_Exercise requirements_
Searching the material below, find each line that includes the word "projected", and copy it.
BEGIN Data records
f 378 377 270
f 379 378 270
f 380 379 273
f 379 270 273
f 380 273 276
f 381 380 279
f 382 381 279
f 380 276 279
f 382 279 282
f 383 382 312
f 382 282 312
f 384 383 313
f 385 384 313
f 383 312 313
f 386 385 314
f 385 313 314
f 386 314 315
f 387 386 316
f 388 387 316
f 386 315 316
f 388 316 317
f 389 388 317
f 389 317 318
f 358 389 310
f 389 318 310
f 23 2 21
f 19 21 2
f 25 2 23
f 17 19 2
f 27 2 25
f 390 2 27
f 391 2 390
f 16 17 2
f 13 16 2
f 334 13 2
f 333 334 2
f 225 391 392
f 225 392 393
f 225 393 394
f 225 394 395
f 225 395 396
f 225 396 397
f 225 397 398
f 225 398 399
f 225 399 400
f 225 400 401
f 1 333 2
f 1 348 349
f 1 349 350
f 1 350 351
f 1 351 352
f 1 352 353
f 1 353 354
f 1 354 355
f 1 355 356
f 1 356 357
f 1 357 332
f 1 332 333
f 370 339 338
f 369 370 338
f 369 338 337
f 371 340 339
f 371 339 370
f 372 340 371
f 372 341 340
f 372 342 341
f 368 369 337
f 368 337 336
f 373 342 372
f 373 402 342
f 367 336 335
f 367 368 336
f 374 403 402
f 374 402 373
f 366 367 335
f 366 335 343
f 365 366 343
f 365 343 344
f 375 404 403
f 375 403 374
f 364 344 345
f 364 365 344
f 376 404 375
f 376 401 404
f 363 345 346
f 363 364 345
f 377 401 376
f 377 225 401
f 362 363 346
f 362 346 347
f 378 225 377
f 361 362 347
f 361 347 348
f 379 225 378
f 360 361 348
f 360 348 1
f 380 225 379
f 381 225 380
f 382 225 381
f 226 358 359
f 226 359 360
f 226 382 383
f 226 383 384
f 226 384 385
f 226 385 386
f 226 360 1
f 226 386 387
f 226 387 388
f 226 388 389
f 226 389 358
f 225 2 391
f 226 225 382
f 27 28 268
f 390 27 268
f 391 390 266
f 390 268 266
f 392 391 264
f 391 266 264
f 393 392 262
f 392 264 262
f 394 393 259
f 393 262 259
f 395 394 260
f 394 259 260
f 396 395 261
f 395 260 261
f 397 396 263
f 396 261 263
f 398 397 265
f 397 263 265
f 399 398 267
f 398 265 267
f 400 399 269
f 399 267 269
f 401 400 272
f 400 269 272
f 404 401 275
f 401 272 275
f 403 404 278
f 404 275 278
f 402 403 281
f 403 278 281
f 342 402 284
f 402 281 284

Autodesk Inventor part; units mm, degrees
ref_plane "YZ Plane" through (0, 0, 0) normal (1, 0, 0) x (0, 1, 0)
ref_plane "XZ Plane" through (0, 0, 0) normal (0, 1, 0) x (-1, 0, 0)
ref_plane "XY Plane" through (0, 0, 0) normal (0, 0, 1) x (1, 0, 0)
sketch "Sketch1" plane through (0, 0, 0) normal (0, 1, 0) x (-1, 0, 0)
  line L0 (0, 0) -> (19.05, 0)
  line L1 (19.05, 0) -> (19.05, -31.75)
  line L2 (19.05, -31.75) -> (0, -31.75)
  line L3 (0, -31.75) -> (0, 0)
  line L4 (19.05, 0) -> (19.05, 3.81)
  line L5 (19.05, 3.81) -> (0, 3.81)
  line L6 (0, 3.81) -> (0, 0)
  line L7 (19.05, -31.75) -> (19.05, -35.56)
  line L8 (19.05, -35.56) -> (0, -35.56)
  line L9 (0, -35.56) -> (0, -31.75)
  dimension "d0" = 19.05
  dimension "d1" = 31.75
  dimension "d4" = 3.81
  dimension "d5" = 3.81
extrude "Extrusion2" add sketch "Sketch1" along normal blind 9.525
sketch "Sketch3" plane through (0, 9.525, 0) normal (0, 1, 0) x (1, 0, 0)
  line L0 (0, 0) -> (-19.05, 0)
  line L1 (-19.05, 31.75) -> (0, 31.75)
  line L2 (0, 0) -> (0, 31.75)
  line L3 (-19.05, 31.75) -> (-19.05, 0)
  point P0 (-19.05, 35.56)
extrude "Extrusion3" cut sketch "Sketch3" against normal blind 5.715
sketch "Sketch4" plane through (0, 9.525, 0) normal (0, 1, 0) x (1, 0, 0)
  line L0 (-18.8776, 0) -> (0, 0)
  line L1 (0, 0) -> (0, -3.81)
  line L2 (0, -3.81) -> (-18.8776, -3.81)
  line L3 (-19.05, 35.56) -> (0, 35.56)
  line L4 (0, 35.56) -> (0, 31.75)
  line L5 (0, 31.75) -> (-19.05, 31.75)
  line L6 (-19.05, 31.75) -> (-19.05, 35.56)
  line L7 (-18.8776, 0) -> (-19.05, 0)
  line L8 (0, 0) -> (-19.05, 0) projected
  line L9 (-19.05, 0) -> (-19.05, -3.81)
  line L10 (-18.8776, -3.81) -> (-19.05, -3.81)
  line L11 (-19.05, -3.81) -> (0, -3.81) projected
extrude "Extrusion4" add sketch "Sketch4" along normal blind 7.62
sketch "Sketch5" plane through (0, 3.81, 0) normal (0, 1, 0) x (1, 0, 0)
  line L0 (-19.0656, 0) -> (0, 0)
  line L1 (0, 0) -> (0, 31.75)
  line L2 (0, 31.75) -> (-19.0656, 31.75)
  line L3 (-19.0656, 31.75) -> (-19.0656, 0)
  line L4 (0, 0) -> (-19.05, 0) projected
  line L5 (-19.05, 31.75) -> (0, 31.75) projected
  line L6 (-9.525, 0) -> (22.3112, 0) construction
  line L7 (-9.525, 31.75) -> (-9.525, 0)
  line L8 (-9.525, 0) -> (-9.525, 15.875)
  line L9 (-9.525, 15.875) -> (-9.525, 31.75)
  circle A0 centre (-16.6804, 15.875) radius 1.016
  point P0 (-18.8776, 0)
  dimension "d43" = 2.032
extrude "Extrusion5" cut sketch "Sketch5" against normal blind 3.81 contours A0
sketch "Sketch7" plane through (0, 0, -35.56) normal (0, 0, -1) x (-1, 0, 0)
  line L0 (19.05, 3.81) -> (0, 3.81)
END Data records
_Reply_
  line L8 (0, 0) -> (-19.05, 0) projected
  line L11 (-19.05, -3.81) -> (0, -3.81) projected
  line L4 (0, 0) -> (-19.05, 0) projected
  line L5 (-19.05, 31.75) -> (0, 31.75) projected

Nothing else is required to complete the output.